[TASK INSTRUCTIONS]
Take the data below and extract the lines from the one with "e27 v21 v21" to the one with "e36 v25 v25", inclusive, exactly as written.

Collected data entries
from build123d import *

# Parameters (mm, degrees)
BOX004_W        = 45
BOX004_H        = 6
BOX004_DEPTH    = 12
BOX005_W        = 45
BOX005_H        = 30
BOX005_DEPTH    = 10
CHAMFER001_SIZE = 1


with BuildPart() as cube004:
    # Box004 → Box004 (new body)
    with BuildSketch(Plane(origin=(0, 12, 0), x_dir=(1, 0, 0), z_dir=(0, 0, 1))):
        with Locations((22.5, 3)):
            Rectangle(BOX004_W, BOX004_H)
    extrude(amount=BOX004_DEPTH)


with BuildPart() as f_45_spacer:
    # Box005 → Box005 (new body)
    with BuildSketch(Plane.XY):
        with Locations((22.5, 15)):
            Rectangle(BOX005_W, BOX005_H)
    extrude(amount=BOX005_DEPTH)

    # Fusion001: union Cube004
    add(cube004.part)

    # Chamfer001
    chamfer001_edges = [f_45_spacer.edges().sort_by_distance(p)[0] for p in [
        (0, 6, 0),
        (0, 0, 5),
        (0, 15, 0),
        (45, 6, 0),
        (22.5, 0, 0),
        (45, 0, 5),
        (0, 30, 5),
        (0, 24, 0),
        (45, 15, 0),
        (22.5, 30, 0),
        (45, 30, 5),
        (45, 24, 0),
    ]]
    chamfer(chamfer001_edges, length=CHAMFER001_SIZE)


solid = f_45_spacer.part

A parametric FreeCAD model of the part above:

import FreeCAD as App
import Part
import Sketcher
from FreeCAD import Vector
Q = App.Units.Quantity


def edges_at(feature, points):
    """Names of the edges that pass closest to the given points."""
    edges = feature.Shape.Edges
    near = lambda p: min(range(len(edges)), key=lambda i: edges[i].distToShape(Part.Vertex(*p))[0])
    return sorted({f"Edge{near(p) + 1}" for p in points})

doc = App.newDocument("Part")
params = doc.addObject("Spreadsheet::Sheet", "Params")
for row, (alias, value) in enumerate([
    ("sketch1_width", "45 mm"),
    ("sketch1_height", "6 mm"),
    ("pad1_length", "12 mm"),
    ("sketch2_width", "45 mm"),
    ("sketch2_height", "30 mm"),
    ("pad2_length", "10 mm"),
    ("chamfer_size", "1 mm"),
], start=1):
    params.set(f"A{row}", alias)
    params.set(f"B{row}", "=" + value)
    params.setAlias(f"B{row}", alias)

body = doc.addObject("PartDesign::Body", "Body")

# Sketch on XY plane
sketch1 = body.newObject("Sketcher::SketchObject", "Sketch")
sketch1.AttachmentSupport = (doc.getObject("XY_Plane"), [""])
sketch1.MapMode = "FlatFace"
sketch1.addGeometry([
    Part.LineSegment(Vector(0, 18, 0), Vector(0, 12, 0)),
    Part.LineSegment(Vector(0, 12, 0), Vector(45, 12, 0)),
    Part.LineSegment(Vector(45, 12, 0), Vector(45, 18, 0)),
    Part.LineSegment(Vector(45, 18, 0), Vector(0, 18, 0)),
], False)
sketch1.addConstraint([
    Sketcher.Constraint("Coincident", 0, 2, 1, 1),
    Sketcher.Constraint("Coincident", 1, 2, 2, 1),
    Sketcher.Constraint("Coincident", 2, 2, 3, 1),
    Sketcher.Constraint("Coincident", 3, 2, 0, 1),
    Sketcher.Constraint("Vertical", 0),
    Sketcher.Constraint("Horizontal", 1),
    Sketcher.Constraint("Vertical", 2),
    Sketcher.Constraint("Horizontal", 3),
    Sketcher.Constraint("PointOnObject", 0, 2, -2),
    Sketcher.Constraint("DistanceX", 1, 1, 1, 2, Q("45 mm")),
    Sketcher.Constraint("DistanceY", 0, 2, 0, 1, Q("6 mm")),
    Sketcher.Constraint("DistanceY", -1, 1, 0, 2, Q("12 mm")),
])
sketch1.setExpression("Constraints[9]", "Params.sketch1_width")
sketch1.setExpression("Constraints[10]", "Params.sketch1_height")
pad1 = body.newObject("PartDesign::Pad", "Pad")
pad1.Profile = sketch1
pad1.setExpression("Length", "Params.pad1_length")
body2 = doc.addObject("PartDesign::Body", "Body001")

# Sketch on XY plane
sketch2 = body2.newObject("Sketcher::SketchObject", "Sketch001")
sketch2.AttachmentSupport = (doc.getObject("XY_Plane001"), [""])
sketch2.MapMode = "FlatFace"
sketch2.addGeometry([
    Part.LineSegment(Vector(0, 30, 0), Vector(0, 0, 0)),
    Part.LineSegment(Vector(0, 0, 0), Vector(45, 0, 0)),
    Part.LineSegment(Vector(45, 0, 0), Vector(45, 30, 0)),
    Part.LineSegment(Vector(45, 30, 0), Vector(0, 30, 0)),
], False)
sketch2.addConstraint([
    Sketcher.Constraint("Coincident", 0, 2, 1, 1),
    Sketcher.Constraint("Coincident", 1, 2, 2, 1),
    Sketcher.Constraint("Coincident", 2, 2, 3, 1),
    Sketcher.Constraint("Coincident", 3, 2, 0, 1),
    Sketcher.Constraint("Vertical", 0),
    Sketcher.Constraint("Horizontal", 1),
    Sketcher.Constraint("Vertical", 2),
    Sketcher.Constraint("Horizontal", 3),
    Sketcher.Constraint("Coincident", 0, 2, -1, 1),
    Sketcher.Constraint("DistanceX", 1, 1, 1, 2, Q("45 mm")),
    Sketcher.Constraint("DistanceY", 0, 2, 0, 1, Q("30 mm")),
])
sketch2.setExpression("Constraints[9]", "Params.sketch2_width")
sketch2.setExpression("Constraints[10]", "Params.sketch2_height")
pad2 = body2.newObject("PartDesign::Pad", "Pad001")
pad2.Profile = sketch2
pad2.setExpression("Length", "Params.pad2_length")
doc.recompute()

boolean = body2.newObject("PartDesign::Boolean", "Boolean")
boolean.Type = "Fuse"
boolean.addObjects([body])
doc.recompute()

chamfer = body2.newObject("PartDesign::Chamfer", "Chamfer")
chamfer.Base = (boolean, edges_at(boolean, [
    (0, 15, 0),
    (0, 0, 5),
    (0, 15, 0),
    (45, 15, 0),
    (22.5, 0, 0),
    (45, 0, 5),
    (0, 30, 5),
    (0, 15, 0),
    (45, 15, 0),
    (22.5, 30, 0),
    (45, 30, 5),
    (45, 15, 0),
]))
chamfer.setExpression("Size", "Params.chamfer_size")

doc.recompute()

...

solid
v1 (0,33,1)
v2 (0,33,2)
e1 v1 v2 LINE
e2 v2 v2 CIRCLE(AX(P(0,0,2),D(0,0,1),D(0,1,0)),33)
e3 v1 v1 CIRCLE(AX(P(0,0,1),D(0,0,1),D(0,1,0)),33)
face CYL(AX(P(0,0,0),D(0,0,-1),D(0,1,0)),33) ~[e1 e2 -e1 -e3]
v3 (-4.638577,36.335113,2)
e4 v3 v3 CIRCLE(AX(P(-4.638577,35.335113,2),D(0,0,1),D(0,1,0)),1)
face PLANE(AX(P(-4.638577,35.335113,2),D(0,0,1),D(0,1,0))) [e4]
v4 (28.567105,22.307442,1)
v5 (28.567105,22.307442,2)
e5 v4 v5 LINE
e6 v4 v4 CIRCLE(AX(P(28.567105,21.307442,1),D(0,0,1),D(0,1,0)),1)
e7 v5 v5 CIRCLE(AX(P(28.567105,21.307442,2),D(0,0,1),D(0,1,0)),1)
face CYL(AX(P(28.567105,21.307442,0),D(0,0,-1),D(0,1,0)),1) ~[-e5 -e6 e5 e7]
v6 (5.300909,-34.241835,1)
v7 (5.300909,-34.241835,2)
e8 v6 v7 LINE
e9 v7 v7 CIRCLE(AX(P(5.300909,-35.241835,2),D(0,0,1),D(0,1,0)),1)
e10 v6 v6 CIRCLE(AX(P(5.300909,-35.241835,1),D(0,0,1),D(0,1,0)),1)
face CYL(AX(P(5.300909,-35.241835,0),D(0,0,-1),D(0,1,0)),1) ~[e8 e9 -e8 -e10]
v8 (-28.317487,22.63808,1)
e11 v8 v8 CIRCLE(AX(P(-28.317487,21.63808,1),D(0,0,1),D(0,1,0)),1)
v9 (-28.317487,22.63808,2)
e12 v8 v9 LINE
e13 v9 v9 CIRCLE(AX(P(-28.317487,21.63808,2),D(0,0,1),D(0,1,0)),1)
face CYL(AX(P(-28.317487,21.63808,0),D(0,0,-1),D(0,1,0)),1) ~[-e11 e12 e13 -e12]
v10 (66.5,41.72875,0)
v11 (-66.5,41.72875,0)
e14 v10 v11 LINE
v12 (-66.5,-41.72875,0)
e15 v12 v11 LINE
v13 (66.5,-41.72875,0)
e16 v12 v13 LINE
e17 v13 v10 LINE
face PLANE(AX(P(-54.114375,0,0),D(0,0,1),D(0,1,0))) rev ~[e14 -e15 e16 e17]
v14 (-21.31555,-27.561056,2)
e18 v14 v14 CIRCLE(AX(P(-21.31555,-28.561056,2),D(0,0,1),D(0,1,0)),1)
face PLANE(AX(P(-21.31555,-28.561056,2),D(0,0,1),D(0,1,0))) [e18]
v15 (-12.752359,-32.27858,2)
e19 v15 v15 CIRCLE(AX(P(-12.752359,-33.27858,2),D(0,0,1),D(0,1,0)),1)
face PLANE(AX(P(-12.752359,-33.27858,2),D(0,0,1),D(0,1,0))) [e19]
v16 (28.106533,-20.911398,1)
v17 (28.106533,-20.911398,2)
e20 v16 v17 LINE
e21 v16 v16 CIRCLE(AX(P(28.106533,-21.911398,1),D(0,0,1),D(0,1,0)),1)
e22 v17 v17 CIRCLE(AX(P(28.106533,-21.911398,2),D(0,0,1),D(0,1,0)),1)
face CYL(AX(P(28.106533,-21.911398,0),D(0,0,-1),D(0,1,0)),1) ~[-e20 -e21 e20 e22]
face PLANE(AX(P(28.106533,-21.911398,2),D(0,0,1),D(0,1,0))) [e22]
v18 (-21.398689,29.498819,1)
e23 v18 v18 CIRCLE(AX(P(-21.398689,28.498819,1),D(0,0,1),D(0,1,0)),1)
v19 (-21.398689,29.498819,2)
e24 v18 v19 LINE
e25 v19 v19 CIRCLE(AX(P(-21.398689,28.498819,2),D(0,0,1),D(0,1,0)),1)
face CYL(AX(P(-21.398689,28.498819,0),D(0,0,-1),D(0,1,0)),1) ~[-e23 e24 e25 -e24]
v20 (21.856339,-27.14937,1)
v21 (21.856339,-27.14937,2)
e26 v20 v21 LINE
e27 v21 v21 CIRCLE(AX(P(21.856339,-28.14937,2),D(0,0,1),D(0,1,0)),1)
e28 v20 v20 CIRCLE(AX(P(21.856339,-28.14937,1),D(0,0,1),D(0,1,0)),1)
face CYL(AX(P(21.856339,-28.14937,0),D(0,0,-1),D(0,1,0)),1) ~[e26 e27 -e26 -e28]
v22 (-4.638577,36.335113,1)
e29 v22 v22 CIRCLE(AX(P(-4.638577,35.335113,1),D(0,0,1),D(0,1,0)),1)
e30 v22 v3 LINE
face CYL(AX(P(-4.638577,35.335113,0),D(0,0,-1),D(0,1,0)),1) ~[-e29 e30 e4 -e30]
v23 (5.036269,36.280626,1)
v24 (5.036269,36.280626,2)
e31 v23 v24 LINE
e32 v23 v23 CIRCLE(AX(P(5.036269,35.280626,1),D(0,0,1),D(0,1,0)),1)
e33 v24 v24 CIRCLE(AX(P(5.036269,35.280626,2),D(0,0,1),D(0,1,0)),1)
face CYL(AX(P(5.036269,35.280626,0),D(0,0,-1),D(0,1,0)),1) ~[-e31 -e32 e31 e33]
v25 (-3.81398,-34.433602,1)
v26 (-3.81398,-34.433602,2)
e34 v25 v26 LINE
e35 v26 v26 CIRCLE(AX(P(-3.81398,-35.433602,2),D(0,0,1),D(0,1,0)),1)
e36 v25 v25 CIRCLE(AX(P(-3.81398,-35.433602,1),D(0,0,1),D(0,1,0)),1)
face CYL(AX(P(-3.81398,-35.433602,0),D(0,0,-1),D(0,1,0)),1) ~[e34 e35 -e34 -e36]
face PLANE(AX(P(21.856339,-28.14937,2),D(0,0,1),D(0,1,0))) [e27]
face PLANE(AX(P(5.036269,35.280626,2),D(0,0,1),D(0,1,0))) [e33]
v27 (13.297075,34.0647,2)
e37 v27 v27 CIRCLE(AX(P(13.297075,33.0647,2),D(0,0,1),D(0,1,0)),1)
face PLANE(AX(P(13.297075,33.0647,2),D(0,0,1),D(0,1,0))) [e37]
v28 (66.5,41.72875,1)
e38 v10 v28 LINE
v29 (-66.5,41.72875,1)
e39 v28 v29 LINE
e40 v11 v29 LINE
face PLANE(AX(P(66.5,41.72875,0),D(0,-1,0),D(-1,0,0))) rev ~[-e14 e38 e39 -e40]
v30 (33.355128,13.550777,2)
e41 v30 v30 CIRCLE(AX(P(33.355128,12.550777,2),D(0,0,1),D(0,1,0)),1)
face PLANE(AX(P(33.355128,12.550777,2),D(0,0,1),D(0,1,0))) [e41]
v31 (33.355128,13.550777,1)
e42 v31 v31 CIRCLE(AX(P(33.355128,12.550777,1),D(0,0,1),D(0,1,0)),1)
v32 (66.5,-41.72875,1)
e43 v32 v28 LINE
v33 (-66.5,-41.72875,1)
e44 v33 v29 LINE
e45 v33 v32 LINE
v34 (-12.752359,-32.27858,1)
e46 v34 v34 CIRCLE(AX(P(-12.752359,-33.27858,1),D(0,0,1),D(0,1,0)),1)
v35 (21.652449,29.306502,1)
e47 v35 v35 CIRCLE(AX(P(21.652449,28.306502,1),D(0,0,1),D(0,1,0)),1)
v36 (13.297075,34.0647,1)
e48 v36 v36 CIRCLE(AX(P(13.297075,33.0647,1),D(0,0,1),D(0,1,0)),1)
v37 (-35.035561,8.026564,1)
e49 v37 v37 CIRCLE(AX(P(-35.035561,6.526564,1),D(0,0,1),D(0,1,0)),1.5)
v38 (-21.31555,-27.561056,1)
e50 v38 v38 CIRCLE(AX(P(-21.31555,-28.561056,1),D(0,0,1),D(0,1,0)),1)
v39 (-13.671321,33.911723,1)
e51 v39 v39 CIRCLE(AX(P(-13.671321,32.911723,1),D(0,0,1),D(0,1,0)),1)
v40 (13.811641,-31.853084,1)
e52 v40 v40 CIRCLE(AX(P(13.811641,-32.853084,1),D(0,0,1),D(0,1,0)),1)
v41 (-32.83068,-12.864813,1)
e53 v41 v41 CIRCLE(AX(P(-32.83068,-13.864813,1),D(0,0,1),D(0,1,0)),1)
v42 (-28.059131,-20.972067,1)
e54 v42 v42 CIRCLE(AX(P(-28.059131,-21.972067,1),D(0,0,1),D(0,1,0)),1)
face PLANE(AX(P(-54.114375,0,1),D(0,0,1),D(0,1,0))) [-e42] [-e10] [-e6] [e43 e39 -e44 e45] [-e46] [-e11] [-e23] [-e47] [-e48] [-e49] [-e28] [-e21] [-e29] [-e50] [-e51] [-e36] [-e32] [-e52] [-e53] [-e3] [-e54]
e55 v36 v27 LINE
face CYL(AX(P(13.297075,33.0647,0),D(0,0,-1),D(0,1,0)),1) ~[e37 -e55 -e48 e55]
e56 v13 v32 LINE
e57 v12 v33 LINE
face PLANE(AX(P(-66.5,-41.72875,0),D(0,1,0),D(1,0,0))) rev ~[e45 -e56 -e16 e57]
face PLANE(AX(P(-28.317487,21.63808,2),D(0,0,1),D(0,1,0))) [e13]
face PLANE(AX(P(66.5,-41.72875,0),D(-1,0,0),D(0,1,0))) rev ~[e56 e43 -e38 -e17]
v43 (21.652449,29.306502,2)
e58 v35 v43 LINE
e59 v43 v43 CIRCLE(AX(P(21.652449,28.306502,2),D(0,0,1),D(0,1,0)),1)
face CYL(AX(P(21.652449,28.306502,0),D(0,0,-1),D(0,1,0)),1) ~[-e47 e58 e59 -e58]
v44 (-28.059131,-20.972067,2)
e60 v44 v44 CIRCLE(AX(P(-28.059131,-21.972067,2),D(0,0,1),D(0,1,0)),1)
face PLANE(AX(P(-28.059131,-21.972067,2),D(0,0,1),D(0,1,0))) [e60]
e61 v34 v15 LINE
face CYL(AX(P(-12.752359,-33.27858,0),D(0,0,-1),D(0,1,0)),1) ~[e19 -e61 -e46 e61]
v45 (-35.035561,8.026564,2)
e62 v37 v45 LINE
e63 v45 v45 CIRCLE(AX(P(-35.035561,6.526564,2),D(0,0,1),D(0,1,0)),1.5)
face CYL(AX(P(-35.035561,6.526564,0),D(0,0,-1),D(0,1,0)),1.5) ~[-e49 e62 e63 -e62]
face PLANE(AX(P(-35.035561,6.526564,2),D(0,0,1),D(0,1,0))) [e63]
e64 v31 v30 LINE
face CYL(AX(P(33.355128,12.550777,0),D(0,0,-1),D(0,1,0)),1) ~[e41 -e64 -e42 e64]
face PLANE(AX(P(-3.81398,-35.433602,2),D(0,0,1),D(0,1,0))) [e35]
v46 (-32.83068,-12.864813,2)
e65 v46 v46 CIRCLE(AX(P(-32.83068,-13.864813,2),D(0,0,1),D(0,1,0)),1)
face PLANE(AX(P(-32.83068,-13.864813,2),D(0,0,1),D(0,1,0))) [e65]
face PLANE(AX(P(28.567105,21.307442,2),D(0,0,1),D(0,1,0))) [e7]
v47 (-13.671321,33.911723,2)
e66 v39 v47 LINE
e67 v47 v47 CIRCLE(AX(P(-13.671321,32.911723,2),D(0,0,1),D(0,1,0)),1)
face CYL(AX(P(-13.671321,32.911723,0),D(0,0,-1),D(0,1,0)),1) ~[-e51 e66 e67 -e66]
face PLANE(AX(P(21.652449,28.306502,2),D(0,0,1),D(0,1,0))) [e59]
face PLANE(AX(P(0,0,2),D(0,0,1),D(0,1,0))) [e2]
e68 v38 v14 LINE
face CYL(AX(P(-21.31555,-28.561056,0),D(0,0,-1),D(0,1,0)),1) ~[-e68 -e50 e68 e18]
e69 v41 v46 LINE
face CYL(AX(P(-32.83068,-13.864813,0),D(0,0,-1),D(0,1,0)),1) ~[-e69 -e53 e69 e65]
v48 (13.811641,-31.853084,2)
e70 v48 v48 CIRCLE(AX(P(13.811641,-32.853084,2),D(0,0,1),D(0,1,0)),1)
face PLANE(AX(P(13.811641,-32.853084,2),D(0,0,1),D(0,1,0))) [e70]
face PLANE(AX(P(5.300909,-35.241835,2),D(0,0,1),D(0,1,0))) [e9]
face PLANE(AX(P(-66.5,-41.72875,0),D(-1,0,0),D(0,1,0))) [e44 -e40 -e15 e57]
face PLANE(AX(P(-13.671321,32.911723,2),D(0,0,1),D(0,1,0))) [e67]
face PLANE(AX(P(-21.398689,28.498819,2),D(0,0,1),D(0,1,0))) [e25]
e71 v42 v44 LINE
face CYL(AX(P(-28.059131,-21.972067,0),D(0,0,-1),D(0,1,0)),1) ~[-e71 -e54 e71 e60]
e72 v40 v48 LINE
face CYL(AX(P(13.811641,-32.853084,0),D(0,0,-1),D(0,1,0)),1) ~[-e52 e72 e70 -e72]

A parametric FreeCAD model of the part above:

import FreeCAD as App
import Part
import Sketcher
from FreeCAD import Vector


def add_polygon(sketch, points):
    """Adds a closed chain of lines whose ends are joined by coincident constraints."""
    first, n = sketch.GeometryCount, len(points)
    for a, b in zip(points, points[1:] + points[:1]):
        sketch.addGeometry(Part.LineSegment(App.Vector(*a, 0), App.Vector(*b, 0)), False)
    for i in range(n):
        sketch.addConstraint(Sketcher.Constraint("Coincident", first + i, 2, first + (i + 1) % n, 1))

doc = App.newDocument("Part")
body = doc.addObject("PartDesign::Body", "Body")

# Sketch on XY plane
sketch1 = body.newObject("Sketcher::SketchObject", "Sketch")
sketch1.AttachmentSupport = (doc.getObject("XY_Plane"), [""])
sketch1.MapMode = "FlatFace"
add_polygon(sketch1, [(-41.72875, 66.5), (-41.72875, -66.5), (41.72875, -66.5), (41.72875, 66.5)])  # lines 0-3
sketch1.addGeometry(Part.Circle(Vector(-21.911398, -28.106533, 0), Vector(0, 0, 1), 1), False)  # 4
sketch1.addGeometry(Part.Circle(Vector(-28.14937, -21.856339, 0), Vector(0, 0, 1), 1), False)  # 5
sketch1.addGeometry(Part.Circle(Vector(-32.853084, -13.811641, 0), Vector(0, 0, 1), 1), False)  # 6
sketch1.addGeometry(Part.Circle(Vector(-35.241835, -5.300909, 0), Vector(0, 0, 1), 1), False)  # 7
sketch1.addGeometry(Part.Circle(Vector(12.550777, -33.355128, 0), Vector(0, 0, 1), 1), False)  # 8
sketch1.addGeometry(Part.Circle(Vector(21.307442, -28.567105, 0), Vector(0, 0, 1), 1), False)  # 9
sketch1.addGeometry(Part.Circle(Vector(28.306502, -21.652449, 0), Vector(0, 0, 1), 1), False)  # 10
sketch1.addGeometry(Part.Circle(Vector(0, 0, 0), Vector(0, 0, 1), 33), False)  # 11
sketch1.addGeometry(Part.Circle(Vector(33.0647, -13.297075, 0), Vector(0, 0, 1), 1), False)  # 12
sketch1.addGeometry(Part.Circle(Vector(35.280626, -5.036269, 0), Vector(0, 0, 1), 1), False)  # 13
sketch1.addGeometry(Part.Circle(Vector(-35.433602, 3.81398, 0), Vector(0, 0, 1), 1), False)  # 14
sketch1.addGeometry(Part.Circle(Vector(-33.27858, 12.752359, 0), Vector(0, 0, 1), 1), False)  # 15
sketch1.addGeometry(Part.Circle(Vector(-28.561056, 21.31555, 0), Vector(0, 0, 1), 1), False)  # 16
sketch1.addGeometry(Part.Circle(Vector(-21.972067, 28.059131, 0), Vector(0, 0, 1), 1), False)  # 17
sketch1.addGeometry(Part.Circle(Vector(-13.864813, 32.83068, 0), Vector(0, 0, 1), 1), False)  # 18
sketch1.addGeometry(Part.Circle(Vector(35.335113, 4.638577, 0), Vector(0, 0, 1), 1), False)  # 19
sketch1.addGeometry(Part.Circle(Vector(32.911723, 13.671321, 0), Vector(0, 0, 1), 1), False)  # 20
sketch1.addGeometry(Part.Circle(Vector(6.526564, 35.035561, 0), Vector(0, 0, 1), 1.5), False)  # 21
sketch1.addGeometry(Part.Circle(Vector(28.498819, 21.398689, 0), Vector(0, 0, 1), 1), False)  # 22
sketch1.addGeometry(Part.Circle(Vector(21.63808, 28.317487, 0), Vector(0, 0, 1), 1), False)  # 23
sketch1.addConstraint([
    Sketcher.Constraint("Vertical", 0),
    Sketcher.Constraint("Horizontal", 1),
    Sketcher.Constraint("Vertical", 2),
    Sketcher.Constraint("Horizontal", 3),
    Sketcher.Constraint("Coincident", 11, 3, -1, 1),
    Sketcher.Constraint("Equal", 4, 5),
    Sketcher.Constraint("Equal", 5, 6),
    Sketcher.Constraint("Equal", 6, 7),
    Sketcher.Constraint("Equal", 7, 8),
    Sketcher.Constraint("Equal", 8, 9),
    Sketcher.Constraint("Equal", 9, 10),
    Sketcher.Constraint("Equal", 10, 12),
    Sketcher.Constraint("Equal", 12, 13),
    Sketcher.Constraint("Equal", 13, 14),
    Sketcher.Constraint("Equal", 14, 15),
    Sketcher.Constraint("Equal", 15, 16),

[WRITTEN RESPONSE]
e27 v21 v21 CIRCLE(AX(P(21.856339,-28.14937,2),D(0,0,1),D(0,1,0)),1)
e28 v20 v20 CIRCLE(AX(P(21.856339,-28.14937,1),D(0,0,1),D(0,1,0)),1)
face CYL(AX(P(21.856339,-28.14937,0),D(0,0,-1),D(0,1,0)),1) ~[e26 e27 -e26 -e28]
v22 (-4.638577,36.335113,1)
e29 v22 v22 CIRCLE(AX(P(-4.638577,35.335113,1),D(0,0,1),D(0,1,0)),1)
e30 v22 v3 LINE
face CYL(AX(P(-4.638577,35.335113,0),D(0,0,-1),D(0,1,0)),1) ~[-e29 e30 e4 -e30]
v23 (5.036269,36.280626,1)
v24 (5.036269,36.280626,2)
e31 v23 v24 LINE
e32 v23 v23 CIRCLE(AX(P(5.036269,35.280626,1),D(0,0,1),D(0,1,0)),1)
e33 v24 v24 CIRCLE(AX(P(5.036269,35.280626,2),D(0,0,1),D(0,1,0)),1)
face CYL(AX(P(5.036269,35.280626,0),D(0,0,-1),D(0,1,0)),1) ~[-e31 -e32 e31 e33]
v25 (-3.81398,-34.433602,1)
v26 (-3.81398,-34.433602,2)
e34 v25 v26 LINE
e35 v26 v26 CIRCLE(AX(P(-3.81398,-35.433602,2),D(0,0,1),D(0,1,0)),1)
e36 v25 v25 CIRCLE(AX(P(-3.81398,-35.433602,1),D(0,0,1),D(0,1,0)),1)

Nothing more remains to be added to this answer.